Débarrassé de ses oripeaux glam David Bowie se pique de Philly Sound. Place donc à la soul teintée de disco déjà entrevue dans le "1984" de son dernier avatar Halloween Jack et entrevue dans Diamond Dogs.
Fini l'encombrant mullet, oublié l'éclair de Ziggy : l'artiste arbore désormais un look plus straight mais qui ne se départit pas d'une mine destroy émaciée, cheveux orange et cocaïné. Comme déjà sur le glacial David Live où le pas encore Mince Duc Blanc revisitait ses anciens tubes à la sauce noire blafarde.
De tous ses albums "mineurs" ; Young Americans bien qu'ayant donné le formidable tube éponyme, est sans doute le moins cité. Les raisons sont multiples : virage musical à 180 degrés, songwriting inhabituellement partagé - seuls 5 des 8 titres sont de la main exclusive de Bowie, fait suffisamment inhabituel pour être signalé - reprise controversée du "Across the universe" des Fab Four en lieu et place du très queer "John, I'm only dancing (again)" initialement prévu ; et dont le positionnement sur l'album eût été idoine, présence envahissante d'un instrument réputé imbitable dans la pop, le saxophone dont l'exécutant David Sanborn est disparu au mois de mai. Enfin, l'artiste, en bisbille avec son éditeur Tony DeFries, est d'humeur maussade ; ce qui rendons-lui grâce, ne transparaît pas sur le disque.

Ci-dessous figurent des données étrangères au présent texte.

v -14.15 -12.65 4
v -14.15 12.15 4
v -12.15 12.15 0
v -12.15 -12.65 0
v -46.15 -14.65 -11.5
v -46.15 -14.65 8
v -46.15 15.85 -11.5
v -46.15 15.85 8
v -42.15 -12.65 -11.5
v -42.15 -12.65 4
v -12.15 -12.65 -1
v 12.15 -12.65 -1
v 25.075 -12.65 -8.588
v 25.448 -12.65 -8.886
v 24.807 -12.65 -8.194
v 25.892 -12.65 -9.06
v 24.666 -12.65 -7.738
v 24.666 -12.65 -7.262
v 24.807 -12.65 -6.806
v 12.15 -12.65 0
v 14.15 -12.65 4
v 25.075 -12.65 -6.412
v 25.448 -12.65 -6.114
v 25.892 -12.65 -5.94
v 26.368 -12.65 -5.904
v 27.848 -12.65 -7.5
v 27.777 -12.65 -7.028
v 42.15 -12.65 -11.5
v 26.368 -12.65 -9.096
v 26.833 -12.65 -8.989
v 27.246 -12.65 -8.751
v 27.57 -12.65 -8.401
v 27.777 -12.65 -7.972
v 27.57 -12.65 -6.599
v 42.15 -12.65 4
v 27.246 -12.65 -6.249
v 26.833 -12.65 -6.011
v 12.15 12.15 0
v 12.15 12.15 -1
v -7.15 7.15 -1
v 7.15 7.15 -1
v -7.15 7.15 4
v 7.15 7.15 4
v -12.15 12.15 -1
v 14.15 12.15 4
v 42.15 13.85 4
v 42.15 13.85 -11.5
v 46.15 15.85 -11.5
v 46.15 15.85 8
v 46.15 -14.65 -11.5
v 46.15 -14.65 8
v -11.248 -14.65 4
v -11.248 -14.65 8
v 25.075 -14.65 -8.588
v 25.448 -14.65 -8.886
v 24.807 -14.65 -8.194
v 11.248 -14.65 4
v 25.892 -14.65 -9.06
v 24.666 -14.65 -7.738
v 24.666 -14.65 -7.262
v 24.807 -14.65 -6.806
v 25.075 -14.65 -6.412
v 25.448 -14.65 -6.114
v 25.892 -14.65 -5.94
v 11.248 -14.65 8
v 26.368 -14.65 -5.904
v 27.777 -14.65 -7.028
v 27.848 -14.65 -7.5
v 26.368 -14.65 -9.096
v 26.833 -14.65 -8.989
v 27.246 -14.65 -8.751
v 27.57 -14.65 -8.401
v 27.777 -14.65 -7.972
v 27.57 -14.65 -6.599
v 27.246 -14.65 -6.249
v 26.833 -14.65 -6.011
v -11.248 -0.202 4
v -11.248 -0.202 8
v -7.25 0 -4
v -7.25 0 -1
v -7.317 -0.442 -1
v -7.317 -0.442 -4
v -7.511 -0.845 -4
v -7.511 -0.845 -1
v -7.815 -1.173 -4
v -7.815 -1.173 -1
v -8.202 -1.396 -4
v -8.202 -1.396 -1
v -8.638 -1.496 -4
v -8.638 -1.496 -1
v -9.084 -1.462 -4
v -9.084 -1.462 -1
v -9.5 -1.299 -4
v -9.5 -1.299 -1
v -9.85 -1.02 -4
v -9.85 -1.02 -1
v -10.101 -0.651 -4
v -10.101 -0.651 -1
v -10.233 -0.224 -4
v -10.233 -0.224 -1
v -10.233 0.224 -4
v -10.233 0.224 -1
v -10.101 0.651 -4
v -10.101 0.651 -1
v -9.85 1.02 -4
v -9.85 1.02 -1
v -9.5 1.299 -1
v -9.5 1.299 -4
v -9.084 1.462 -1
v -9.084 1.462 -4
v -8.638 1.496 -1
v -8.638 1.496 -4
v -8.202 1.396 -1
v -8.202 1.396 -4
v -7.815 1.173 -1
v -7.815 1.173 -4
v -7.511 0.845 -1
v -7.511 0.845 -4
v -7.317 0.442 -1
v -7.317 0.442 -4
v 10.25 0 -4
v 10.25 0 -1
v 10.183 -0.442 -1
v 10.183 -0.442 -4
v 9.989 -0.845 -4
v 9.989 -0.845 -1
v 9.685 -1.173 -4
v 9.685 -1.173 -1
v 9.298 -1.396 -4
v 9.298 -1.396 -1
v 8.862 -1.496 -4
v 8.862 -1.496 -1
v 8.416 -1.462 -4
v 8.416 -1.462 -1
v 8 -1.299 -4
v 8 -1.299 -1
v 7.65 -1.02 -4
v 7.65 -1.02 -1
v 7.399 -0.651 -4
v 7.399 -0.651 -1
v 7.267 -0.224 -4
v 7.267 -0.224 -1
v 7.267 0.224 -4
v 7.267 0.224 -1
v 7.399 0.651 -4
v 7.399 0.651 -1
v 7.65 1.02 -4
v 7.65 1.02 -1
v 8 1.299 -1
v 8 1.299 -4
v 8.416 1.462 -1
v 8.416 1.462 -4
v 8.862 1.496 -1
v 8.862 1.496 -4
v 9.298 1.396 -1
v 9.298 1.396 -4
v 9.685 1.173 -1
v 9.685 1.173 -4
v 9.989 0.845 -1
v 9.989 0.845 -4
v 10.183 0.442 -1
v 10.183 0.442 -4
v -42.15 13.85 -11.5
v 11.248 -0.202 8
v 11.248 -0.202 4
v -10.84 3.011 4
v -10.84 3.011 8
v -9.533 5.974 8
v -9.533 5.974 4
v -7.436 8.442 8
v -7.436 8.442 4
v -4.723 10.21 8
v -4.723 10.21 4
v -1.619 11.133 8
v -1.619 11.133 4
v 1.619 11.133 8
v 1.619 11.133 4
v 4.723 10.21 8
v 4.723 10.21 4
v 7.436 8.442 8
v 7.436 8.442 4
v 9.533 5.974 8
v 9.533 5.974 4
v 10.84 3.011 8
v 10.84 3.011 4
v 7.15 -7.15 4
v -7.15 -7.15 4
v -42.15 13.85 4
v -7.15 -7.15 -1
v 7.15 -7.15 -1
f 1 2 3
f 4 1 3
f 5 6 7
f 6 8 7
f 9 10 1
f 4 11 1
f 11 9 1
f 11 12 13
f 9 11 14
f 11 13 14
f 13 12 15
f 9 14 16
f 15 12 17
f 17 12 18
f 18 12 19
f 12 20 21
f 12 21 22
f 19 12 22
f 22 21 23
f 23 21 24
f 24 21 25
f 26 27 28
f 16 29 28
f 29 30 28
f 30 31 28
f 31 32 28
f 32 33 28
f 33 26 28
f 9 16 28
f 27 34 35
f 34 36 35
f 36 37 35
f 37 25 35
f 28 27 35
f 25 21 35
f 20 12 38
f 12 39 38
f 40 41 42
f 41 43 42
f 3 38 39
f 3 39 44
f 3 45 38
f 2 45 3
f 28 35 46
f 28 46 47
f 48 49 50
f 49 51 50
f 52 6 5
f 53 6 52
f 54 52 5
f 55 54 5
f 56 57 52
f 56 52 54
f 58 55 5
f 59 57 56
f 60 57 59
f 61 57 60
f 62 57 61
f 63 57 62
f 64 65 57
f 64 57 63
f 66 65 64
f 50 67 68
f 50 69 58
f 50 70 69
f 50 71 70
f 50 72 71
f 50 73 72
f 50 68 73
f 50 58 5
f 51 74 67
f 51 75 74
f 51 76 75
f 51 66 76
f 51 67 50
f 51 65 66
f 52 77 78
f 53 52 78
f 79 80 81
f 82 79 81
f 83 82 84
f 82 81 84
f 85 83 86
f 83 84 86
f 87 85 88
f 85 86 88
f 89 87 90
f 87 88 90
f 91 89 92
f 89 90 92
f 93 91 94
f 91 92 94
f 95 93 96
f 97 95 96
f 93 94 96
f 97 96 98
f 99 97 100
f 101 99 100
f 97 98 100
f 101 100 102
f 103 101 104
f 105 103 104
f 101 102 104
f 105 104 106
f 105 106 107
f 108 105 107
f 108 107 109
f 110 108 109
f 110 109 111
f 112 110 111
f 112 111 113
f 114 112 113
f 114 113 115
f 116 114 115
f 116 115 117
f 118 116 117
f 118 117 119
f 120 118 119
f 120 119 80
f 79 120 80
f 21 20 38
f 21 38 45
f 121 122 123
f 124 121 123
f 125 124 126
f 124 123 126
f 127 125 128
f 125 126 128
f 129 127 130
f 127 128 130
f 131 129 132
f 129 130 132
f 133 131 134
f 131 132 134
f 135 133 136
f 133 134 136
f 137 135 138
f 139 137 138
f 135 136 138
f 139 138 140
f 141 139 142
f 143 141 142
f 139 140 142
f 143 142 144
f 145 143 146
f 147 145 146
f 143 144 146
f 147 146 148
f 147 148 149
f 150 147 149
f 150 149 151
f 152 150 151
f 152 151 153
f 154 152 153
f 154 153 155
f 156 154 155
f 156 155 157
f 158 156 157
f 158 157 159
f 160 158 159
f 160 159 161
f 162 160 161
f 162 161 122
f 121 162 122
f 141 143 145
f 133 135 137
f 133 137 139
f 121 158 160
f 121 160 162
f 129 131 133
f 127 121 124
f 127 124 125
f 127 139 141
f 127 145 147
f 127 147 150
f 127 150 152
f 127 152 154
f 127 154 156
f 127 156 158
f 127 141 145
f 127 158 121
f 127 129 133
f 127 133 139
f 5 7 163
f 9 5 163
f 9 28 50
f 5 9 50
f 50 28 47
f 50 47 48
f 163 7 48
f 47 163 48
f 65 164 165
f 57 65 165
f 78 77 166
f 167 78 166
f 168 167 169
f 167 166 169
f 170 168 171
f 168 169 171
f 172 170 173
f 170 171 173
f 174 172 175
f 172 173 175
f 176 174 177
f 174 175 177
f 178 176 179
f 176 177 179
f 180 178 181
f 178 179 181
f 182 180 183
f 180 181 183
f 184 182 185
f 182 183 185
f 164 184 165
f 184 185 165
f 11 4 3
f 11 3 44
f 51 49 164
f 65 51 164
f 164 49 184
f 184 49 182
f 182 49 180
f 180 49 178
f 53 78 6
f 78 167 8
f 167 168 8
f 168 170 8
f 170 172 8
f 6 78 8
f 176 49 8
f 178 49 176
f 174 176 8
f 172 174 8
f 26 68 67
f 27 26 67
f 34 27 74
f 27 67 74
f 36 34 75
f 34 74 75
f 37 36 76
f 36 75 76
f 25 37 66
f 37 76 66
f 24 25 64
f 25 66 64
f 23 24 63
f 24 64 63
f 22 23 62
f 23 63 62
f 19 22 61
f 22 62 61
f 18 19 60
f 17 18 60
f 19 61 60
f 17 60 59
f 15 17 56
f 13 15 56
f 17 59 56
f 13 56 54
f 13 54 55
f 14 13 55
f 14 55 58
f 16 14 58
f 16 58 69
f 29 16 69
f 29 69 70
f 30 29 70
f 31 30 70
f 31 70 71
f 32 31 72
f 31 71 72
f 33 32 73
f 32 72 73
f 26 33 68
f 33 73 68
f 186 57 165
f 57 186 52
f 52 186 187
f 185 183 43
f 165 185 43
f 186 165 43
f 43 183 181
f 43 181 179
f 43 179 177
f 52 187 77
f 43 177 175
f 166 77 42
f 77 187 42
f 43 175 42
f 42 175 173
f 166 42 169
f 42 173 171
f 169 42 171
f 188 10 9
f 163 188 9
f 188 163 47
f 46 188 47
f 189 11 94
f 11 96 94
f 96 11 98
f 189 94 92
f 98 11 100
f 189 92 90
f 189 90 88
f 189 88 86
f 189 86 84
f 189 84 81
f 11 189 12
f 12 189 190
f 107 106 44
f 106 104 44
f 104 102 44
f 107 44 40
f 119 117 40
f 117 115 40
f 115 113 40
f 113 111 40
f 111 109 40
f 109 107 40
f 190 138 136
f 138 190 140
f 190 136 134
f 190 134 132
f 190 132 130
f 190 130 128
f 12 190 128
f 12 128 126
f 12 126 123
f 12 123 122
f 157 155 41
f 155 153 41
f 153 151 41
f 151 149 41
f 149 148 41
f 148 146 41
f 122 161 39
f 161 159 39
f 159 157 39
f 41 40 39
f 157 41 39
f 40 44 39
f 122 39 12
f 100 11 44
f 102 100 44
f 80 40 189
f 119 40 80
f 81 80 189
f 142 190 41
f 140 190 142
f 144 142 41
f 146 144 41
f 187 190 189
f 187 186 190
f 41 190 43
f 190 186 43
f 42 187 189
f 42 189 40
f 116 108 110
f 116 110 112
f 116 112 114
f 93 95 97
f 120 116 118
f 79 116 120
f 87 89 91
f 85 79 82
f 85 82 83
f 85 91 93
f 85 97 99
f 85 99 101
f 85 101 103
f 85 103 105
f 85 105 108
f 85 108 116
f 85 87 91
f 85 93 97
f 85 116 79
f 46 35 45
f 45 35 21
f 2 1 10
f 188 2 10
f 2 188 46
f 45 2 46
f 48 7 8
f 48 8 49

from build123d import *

# Parameters (mm, degrees)
SKETCH1_W                       = 24.3
SKETCH1_H                       = 24.3
SKETCH1_W_2                     = 14.3
SKETCH1_H_2                     = 14.3
BOSS_EXTRUDE1_DEPTH             = 4
SKETCH3_R                       = 1.5
BOSS_EXTRUDE4_DEPTH             = 4
BOSS_EXTRUDE5_DEPTH             = 4
BOSS_EXTRUDE6_REACH             = 23.355
BOSS_EXTRUDE6_DIRECTION_2_REACH = 23.355
CUT_EXTRUDE1_DEPTH              = 11
SKETCH7_W                       = 24.3
SKETCH7_H                       = 23.3
SKETCH7_W_2                     = 14.3
SKETCH7_H_2                     = 14.3
BOSS_EXTRUDE8_DEPTH             = 1
BOSS_EXTRUDE9_DEPTH             = 1.5
BOSS_EXTRUDE10_DEPTH            = 26.5
BOSS_EXTRUDE11_DEPTH            = 2
BOSS_EXTRUDE12_DEPTH            = 2
SKETCH12_R                      = 1.6
CUT_EXTRUDE2_DEPTH              = 2


with BuildPart() as part:
    # Sketch1 → Boss-Extrude1 (new body)
    with BuildSketch(Plane.XY):
        Rectangle(SKETCH1_W, SKETCH1_H)
        Rectangle(SKETCH1_W_2, SKETCH1_H_2, mode=Mode.SUBTRACT)
    extrude(amount=BOSS_EXTRUDE1_DEPTH)

    # Sketch3 → Boss-Extrude4 (add)
    with BuildSketch(Plane(origin=(0, 0, 0), x_dir=(-1, 0, 0), z_dir=(0, 0, -1))):
        with Locations(Location((8.75, 0, 0), (0, 0, 180))):
            Circle(SKETCH3_R)
        with Locations(Location((-8.75, 0, 0), (0, 0, 180))):
            Circle(SKETCH3_R)
    extrude(amount=BOSS_EXTRUDE4_DEPTH)

    # Sketch4 → Boss-Extrude5 (add)
    with BuildSketch(Plane.XY.offset(4)):
        with BuildLine():
            Line((11.248190336, -0.201777492), (11.248190336, -11.15))
            Line((11.248190336, -11.15), (14.15, -11.15))
            Line((14.15, -11.15), (14.15, 13.85))
            Line((14.15, 13.85), (-14.15, 13.85))
            Line((-14.15, 13.85), (-14.15, -11.15))
            Line((-14.15, -11.15), (-11.248190336, -11.15))
            Line((-11.248190336, -11.15), (-11.248190336, -0.201777492))
            ThreePointArc((-11.248190336, -0.201777492), (0, 11.25), (11.248190336, -0.201777492))
        make_face()
    extrude(amount=BOSS_EXTRUDE5_DEPTH)

    # Boss-Extrude6: up to this face of the body (flat: up to its plane)
    boss_extrude6_end = Plane(part.part.faces().sort_by_distance((0, 12.15, 2))[0])
    # Sketch5 → Boss-Extrude6 (add, up to the picked face)
    with BuildSketch(Plane(origin=(0, 0, 0), x_dir=(1, 0, 0), z_dir=(0, 1, 0)), mode=Mode.PRIVATE) as boss_extrude6_sk1:
        Polygon((-12.15, 0), (-14.15, -4), (-12.15, -4), align=None)
    boss_extrude6_tool1 = split(extrude(boss_extrude6_sk1.sketch, amount=BOSS_EXTRUDE6_REACH, mode=Mode.PRIVATE), bisect_by=boss_extrude6_end, keep=Keep.BOTH, mode=Mode.PRIVATE)
    # Sketch5 → Boss-Extrude6 (add, up to the picked face)
    with BuildSketch(Plane(origin=(0, 0, 0), x_dir=(1, 0, 0), z_dir=(0, 1, 0)), mode=Mode.PRIVATE) as boss_extrude6_sk2:
        Polygon((12.15, 0), (12.15, -4), (14.15, -4), align=None)
    boss_extrude6_tool2 = split(extrude(boss_extrude6_sk2.sketch, amount=BOSS_EXTRUDE6_REACH, mode=Mode.PRIVATE), bisect_by=boss_extrude6_end, keep=Keep.BOTH, mode=Mode.PRIVATE)
    add(boss_extrude6_tool1.solids().sort_by(Axis((-12.816667, 0, 2.666667), (0, 1, 0)))[0])
    add(boss_extrude6_tool2.solids().sort_by(Axis((12.816667, 0, 2.666667), (0, 1, 0)))[0])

Accompagné d'un aréopage de choristes noir(e)s dont Luther Vandross future star Epic qui cosigne "Fascination", Bowie lance son 9ème album avec l'irrésistible morceau-titre, de ceux qui occupent une part de sa légende. Mike Garson est à nouveau du casting mais l'ensemble des accompagnants a grandement évolué. En plus du saxophone, Bowie bénéficie de deux recrues importantes qui occuperont une place de choix dans les années futures, les guitaristes Earl Slick (déjà entrevu sur David Live) qui joue sur deux titres et le formidable musicien porto-ricain Carlos Alomar omniprésent, et dépositaire de ce son reconnaissable entre tous, chaud et funky des oeuvres à venir. Dont on peut même arguer qu'il demeure le guitariste le plus emblématique de l'oeuvre Bowienne après l'inaltérable Mick Ronson.
"Young americans" bardée de références à la culture théâtrale britannique et qui cite même Lennon "I heard the news today oh boy" est l'incroyable preuve que David Bowie en homme-caméléon n'a pas son pareil pour assimiler et s'octroyer les styles et codes vocaux de ses illustres devanciers. Rien de lui ne sonne jamais cliché et il peut user du falsetto là où tant d'autres musiciens se sont fourvoyés ou se fourvoieront après lui. Etre funky quand on est blanc de peau, cela se mérite et ne l'est évidemment pas qui veut.
"Win" déjà hédoniste en diable précède "Fascination" ; l'un des grands moments dansants du disque où le groupe mixte groove comme jamais. Ici tout exsude le sexe, le stupre comme aux plus belles heures de Sly and the Family Stone et de la mythique revue de James Brown. D'ailleurs, plusieurs musiciens sont débauchés de la Family et Alomar a lui-même accompagné le Godfather.
L'hédonisme, la réussite égomaniaque sont brandis en clichés un peu moqueurs sur "Win" et la fantastique et étirée "Somebody up there likes me" (près de 7 minutes). Dans laquelle s'invite pour la première fois de furtifs sons glaciaires de synthés tels qu'on en retrouvera dès l'immense Low. Ce titre est en revanche l'un des chants du cygne de Mike Garson qui ne renouera que sporadiquement avec Bowie deux décennies plus tard.
Beaucoup d'encre a été versée sur le Lost Weekend Lennonien. Grâce lui soit cependant rendu ; car même si trois chansons prévues pour l'album dont "John, I'm only dancing (again)" en firent les frais, cela aura aussi permis de rappeler aux deux géants qu'ils étaient fans l'un de l'autre. D'où la présence que certains ont jugé incongrue et détonnante de "Across the universe". Mais surtout d'un monument annonciateur du disco naissant, l'imputrescible "Fame", composé à quatre mains par les deux hommes.
Young Americans fit un carton mais fut quelque peu rejeté par son auteur. Au-delà de la chanson-titre, formidable oxymore et épilogue de l'étouffant Dogville de Lars Von Trier, l'on préfère en retenir le rôle fondateur dans l'oeuvre du grand David.
En bref : Bowie en parfait caméléon s'approprie avec évidence la musique noire. Et ce faisant revisite la soul de Philadelphie, rivalise avec ses maîtres funk et préfigure le disco. Disque mal aimé par son auteur, Young Americans est pourtant une splendeur et un disque fondateur.